Our observations are subject to limitations that need to be considered. Data sets used in this study were genotyped using different platforms and shared a small proportion of directly genotyped markers. Given that lower SNP density could impact the accuracy of the study32, high quality imputed markers were used (r2 > 0.90, MAF > 0.05). Second, to reduce dataset heterogeneity we use a set of European individuals; applied the same GWAS quality control per study; generated a merged dataset including common variants across datasets; and controlled all our analyses by cohort, to account with potential confounding.

We assumed that differences in the ROH parameters between the cases and controls are modest. In that sense, we are not expecting a very large percentage of recessive AD cases, but we expect a fraction, in the same way, that it occurs for autosomal dominant forms (<1%). Considering that, the reported findings are supporting the hypothesis of this work, a group of recessive mutation may explain a portion of AD cases.

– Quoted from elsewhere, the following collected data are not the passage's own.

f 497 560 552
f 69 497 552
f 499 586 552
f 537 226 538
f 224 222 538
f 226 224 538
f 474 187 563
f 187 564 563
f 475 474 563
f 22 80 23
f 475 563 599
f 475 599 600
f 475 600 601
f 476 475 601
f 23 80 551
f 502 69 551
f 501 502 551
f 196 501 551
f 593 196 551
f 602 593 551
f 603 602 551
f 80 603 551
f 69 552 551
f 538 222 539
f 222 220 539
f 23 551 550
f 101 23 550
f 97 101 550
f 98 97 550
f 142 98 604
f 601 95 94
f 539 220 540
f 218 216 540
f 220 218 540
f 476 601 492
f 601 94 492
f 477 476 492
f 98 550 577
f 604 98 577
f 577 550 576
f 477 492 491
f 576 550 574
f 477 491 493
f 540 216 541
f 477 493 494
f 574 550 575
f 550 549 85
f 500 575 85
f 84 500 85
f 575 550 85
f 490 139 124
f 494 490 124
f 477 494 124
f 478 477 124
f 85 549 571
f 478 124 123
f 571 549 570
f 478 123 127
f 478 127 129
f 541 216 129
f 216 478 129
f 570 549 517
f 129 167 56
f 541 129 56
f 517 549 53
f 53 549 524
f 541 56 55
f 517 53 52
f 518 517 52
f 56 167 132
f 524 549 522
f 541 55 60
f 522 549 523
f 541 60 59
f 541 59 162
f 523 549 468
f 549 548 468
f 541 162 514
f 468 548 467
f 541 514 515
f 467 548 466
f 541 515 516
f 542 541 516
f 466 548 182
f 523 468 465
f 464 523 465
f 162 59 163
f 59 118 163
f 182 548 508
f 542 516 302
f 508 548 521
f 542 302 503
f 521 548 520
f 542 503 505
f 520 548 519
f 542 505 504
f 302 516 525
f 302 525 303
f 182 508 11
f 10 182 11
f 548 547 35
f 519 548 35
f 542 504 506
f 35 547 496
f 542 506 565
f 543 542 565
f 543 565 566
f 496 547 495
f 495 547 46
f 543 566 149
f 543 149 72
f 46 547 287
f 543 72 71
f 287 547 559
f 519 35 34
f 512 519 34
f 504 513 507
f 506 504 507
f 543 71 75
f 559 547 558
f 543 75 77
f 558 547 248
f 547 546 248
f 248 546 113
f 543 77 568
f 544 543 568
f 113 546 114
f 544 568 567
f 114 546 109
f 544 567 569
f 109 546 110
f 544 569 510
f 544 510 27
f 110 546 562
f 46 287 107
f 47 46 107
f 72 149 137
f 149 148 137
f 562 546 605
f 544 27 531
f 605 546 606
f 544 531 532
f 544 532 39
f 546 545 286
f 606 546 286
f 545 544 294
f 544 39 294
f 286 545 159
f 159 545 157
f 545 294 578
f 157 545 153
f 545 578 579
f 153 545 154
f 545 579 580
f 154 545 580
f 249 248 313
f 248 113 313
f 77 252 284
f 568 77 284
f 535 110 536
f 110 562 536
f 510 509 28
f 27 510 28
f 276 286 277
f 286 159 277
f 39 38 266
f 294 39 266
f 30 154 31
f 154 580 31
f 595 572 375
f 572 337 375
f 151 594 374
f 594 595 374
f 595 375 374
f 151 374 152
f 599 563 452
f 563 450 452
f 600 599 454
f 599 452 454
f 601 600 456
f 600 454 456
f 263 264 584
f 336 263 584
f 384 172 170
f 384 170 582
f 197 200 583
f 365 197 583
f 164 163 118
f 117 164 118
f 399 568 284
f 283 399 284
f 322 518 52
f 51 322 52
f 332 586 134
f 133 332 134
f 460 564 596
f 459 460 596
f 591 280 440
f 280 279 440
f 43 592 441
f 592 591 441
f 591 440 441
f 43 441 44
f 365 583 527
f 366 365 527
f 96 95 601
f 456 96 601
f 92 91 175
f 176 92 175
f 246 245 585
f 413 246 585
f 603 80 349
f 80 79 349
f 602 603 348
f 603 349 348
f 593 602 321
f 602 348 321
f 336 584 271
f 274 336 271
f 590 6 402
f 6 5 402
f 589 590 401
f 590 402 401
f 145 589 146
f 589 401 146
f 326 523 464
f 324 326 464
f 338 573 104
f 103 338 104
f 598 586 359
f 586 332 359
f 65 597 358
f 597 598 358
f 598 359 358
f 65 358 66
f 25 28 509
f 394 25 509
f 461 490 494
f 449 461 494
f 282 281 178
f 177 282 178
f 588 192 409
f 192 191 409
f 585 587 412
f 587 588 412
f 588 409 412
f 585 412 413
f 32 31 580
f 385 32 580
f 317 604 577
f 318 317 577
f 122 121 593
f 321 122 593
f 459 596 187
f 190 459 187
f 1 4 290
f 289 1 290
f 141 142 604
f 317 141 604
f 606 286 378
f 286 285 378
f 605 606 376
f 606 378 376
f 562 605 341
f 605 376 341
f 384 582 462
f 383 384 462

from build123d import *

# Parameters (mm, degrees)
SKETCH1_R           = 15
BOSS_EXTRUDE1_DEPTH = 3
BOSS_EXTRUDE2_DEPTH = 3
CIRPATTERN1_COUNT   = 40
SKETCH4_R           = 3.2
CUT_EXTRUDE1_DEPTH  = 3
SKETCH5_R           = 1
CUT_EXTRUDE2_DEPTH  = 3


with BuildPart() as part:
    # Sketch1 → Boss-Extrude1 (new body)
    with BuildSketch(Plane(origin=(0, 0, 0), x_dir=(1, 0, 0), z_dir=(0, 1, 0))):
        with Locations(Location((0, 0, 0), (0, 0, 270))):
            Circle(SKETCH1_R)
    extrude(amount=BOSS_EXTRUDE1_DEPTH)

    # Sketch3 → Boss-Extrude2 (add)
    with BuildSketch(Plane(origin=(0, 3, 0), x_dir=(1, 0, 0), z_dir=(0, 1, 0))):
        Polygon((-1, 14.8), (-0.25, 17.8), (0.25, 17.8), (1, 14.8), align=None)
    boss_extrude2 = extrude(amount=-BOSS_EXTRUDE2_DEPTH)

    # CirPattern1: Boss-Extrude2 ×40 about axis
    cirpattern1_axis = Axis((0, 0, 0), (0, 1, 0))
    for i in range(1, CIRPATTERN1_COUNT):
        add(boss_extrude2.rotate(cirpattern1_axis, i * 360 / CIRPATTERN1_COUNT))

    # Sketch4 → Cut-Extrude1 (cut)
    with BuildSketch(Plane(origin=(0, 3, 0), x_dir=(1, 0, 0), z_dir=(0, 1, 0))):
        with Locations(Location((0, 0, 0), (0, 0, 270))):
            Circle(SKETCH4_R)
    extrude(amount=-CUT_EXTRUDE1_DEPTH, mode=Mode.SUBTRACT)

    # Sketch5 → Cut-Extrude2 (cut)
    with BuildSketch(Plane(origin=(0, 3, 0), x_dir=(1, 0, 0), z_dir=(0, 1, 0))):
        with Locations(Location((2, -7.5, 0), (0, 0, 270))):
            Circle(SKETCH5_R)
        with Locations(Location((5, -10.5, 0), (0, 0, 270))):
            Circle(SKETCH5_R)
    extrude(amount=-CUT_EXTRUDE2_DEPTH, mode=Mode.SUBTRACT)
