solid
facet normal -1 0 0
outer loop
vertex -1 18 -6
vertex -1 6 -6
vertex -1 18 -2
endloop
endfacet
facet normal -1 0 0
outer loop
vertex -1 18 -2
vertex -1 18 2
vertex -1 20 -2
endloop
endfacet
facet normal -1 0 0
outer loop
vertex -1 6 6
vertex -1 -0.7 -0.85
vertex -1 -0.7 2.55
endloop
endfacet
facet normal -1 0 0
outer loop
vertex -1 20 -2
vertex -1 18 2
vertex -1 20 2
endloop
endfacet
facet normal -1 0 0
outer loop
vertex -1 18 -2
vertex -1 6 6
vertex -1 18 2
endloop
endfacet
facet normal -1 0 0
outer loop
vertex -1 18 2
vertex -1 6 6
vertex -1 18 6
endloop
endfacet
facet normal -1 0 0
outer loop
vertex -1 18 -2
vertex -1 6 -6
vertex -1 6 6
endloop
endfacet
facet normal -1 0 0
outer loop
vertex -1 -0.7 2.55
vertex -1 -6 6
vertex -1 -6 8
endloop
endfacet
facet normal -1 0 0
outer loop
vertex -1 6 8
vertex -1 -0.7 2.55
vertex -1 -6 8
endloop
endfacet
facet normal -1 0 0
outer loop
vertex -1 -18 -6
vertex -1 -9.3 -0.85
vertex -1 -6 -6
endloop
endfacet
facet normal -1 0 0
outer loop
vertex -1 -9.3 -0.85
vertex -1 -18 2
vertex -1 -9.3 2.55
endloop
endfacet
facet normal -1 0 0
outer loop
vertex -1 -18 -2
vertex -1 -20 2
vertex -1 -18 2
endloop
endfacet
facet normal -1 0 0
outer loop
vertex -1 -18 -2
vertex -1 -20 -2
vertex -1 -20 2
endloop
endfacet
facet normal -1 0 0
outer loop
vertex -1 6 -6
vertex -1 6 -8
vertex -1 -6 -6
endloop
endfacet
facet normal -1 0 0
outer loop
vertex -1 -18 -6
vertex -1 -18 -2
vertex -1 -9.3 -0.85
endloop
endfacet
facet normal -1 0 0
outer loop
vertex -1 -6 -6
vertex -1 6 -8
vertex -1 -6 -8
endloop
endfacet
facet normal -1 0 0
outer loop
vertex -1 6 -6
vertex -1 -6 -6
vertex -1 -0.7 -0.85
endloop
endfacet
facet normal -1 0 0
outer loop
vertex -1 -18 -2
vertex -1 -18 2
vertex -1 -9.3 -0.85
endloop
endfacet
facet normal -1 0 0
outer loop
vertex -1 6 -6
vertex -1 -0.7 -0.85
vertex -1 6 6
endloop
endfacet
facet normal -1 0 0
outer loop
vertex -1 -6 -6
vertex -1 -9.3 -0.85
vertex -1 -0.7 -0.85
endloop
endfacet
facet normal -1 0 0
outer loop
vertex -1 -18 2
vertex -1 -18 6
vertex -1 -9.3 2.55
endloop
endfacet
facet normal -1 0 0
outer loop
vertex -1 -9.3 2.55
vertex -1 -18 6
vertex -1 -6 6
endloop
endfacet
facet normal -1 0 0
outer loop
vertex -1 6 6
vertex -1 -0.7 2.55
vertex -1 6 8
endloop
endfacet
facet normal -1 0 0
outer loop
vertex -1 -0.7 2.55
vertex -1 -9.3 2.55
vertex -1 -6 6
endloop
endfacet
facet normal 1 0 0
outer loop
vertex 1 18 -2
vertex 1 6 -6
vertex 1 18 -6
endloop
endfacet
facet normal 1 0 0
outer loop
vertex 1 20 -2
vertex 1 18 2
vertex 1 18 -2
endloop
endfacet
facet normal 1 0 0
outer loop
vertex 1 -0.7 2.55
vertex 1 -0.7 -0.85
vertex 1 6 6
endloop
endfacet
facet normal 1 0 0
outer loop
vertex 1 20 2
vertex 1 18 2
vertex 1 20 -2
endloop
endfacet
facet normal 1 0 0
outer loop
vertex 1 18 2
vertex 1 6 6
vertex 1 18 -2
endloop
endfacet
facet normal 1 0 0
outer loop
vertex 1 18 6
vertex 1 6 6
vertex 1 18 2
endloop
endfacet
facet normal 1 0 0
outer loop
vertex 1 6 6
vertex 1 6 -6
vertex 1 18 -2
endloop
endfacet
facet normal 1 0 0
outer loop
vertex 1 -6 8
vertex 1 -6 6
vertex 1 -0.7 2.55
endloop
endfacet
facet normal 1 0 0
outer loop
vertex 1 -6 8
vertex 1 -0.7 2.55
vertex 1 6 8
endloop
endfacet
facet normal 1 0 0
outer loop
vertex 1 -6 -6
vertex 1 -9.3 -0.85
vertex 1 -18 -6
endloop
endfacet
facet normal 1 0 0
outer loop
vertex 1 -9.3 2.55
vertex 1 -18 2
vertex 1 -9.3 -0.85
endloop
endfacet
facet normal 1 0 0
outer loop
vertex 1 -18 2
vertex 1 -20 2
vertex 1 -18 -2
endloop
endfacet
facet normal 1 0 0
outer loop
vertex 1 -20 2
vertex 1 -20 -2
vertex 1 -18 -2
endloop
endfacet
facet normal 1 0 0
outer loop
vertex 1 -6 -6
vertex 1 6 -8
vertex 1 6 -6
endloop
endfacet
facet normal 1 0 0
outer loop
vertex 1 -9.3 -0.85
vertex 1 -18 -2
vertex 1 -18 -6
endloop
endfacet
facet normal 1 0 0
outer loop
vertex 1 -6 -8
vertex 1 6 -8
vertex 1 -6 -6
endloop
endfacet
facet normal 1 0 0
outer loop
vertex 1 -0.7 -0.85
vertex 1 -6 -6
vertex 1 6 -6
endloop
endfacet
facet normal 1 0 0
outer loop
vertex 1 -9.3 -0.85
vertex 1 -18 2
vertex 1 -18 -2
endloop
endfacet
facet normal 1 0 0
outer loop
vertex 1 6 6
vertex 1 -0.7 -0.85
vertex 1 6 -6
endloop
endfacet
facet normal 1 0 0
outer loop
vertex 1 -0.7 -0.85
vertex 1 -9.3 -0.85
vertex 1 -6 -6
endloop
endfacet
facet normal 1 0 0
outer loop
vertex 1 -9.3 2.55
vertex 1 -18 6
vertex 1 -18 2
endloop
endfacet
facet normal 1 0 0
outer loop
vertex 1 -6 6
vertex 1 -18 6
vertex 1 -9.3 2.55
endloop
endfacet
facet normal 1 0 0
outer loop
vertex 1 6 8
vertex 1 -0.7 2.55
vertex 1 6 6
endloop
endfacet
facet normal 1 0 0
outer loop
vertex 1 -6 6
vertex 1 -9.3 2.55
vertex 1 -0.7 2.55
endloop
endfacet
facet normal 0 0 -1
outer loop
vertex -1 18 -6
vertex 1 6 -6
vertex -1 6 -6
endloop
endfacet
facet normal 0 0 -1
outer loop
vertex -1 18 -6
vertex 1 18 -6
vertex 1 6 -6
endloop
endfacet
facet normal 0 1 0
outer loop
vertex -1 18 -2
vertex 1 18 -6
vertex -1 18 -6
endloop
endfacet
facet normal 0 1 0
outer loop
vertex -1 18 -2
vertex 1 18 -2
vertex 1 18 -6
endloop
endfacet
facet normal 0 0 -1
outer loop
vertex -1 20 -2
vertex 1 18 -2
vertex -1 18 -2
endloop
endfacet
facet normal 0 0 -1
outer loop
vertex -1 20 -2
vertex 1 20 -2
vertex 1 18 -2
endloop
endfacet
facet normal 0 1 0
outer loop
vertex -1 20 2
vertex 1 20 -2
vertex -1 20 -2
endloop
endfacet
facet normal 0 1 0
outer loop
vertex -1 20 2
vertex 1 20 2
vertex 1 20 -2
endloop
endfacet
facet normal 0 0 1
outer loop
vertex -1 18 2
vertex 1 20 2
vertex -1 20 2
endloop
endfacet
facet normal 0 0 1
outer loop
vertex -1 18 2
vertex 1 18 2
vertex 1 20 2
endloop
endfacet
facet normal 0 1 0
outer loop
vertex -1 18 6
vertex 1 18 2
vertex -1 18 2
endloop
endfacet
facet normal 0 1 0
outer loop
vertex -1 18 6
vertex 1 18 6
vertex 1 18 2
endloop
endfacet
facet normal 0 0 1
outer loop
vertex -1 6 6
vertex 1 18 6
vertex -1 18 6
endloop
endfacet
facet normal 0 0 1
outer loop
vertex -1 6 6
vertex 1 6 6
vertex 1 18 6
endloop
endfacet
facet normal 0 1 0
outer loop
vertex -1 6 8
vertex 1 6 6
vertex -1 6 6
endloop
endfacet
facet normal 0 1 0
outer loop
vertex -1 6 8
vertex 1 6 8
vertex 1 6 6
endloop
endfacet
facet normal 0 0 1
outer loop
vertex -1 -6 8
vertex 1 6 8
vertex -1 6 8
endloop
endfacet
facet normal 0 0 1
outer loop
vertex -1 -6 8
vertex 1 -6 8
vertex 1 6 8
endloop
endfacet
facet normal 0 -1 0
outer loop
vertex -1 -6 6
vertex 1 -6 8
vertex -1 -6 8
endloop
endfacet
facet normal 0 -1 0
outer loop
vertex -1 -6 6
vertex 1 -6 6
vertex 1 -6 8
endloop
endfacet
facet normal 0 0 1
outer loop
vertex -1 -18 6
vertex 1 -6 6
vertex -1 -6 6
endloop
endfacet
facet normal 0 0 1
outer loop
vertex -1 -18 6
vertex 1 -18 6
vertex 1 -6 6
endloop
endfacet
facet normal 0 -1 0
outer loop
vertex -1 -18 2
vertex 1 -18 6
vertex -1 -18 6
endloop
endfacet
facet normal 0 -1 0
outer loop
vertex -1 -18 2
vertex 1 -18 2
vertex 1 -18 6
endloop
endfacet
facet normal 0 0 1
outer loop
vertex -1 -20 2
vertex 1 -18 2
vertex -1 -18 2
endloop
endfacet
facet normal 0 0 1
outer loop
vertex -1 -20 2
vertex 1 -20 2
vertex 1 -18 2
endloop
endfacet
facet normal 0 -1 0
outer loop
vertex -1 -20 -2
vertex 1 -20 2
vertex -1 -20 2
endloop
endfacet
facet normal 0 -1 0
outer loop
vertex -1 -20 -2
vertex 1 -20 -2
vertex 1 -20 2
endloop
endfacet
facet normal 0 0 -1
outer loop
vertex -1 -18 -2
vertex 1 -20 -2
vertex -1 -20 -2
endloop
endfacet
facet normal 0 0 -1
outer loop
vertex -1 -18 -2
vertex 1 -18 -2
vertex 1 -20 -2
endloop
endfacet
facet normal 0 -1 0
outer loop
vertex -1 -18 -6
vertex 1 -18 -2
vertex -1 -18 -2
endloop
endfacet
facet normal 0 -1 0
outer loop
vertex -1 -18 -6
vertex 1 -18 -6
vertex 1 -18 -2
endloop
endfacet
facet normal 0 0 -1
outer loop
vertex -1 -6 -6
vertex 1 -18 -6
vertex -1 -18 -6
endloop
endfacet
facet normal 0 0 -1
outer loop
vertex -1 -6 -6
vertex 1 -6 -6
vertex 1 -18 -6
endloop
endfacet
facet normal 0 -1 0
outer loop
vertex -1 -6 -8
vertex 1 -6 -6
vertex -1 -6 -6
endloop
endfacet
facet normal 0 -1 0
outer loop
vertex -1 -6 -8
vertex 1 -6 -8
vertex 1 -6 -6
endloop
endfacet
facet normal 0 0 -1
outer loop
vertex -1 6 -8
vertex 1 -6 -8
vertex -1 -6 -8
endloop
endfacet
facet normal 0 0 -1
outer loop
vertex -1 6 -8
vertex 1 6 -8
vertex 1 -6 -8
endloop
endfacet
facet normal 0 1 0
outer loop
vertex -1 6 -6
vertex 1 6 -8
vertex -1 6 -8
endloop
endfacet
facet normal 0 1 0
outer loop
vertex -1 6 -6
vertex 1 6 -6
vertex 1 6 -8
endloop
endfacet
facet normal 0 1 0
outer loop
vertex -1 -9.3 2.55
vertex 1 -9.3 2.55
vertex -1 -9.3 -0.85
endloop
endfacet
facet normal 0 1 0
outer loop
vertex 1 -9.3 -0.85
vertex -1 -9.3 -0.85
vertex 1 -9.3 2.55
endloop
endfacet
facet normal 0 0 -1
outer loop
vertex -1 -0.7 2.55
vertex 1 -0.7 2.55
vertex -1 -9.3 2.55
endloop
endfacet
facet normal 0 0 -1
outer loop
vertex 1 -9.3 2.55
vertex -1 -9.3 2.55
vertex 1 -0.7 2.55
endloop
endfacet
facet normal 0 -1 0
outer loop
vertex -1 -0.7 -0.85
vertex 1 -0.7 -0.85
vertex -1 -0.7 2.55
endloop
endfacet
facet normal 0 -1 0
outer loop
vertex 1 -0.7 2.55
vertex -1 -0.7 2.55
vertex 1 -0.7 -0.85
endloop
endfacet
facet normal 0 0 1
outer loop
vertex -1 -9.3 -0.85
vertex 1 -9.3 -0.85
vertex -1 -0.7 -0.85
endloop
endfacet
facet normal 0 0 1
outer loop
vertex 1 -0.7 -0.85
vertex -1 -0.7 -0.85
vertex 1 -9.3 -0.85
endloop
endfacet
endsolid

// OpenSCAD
// file: ../lib/side.scad
module side_top_bottom(inner_x,inner_y,width) {
  x = inner_x/2;
  y = inner_y/2;

  polygon(points=[
      [-x-width,-y-width],
      [-x*1/3,-y-width],
      [-x*1/3,-y],
      [x*1/3,-y],
      [x*1/3,-y-width],
      [x+width,-y-width],
      [x+width,-y*1/3],
      [x,-y*1/3],
      [x,y*1/3],
      [x+width,y*1/3],
      [x+width,y+width],
      [x*1/3,y+width],
      [x*1/3,y],
      [-x*1/3,y],
      [-x*1/3,y+width],
      [-x-width,y+width],
      [-x-width,y*1/3],
      [-x,y*1/3],
      [-x,-y*1/3],
      [-x-width,-y*1/3],
    ],convexity=10);
}

module side_left_right(inner_x,inner_z,width) {
  x = inner_x/2;
  z = inner_z/2;

  polygon(points=[
      [-x-width,-z],
      [-x*1/3,-z],
      [-x*1/3,-z-width],
      [x*1/3,-z-width],
      [x*1/3,-z],
      [x+width,-z],
      [x+width,-z*1/3],
      [x,-z*1/3],
      [x,z*1/3],
      [x+width,z*1/3],
      [x+width,z],
      [x*1/3,z],
      [x*1/3,z+width],
      [-x*1/3,z+width],
      [-x*1/3,z],
      [-x-width,z],
      [-x-width,z*1/3],
      [-x,z*1/3],
      [-x,-z*1/3],
      [-x-width,-z*1/3],
    ],convexity=10);
}


module side_front_back(inner_y,inner_z,width) {
  y = inner_y/2;
  z = inner_z/2;

  polygon(points=[
      [-y,-z],
      [-y*1/3,-z],
      [-y*1/3,-z-width],
      [y*1/3,-z-width],
      [y*1/3,-z],
      [y,-z],
      [y,-z*1/3],
      [y+width,-z*1/3],
      [y+width,z*1/3],
      [y,z*1/3],
      [y,z],
      [y*1/3,z],
      [y*1/3,z+width],
      [-y*1/3,z+width],
      [-y*1/3,z],
      [-y,z],
      [-y,z*1/3],
      [-y-width,z*1/3],
      [-y-width,-z*1/3],
      [-y,-z*1/3],
    ],convexity=10);
}
// file: back.2d.scad
use <../lib/side.scad>

module back() {
  difference() {
    side_front_back(36,12,2);
    translate([-5,-12/2+6.85,0]) {
      polygon(points=[[-4.3,-1.7],[4.3,-1.7],[4.3,1.7],[-4.3,1.7],],convexity=10);
    }
  }
}

back();
// main file
use <back.2d.scad>;

rotate([90,0,90]) {
  linear_extrude(height = 2, center = true, convexity = 10, twist = 0) {
    back();
  }
}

However, we suspect that the existence of a large non-allelic heterogeneity is preventing its identification.

Our gene-based analysis strategy did not show significant associations. With a decreasing allele frequency and high locus heterogeneity, the power to detect genes of interest also decreases. Despite our effort to include WES data in the present study, the available sample size could be underpowered.

The potential impact of CNV deletions on ROH analysis must be taken into consideration. Thus, we assessed its effect on our analyses, but no differences were found before and after CNV exclusion (Supplementary Table 5), which is in agreement with the previous studies25. Clonal mosaicism, due to aging44, could also generate spurious ROHs. At the present study an age-dependent increase in the NROH was detected in the control group (Supplementary Table 13), which partially disappeared after excluding consensus ROHs associated with age (p < 0.05) (See Supplementary Material, and Supplementary Table 13 and 14). We assumed that these DNA segments might contain somatic alterations, confounding ROH associations. Among age-related ROH regions, we identified some loci previously associated with AD, e.g., RORA, CD2AP, HS3ST1, and amyloid-beta burden, e.g., GLIS345; suggesting that some known AD regions could be affected by this phenomenon. These findings deserve future investigations. Despite the existence of ROH segments associated to age and somatic mosaicism phenomena, our most significant findings largely supported adjustments by age. Therefore, we feel that the major observations of this study are not affected by age-related instability of the human genome.

In summary, we demonstrated the existence of an inbreeding effect in AD and efficiently captured a fraction of inbred individuals from outbred populations, providing an improved strategy to look for recessive alleles, and to conduct future large-scale homozygosity mapping studies in AD. Furthermore, the exploration of complementary sequencing data gave an added value to this research, providing a subset of potential candidates harboring recessive variants. In any case, the proposed candidates would need confirmation in larger series. Greater efforts and larger collections of individuals with GWAS and sequencing data are needed to confirm the present findings.

Our understanding of the dynamics of population genomics in AD is far from complete, but ROH analyses provide us with a means to go further and might be an alternative strategy to uncover the genetic loci underlying AD.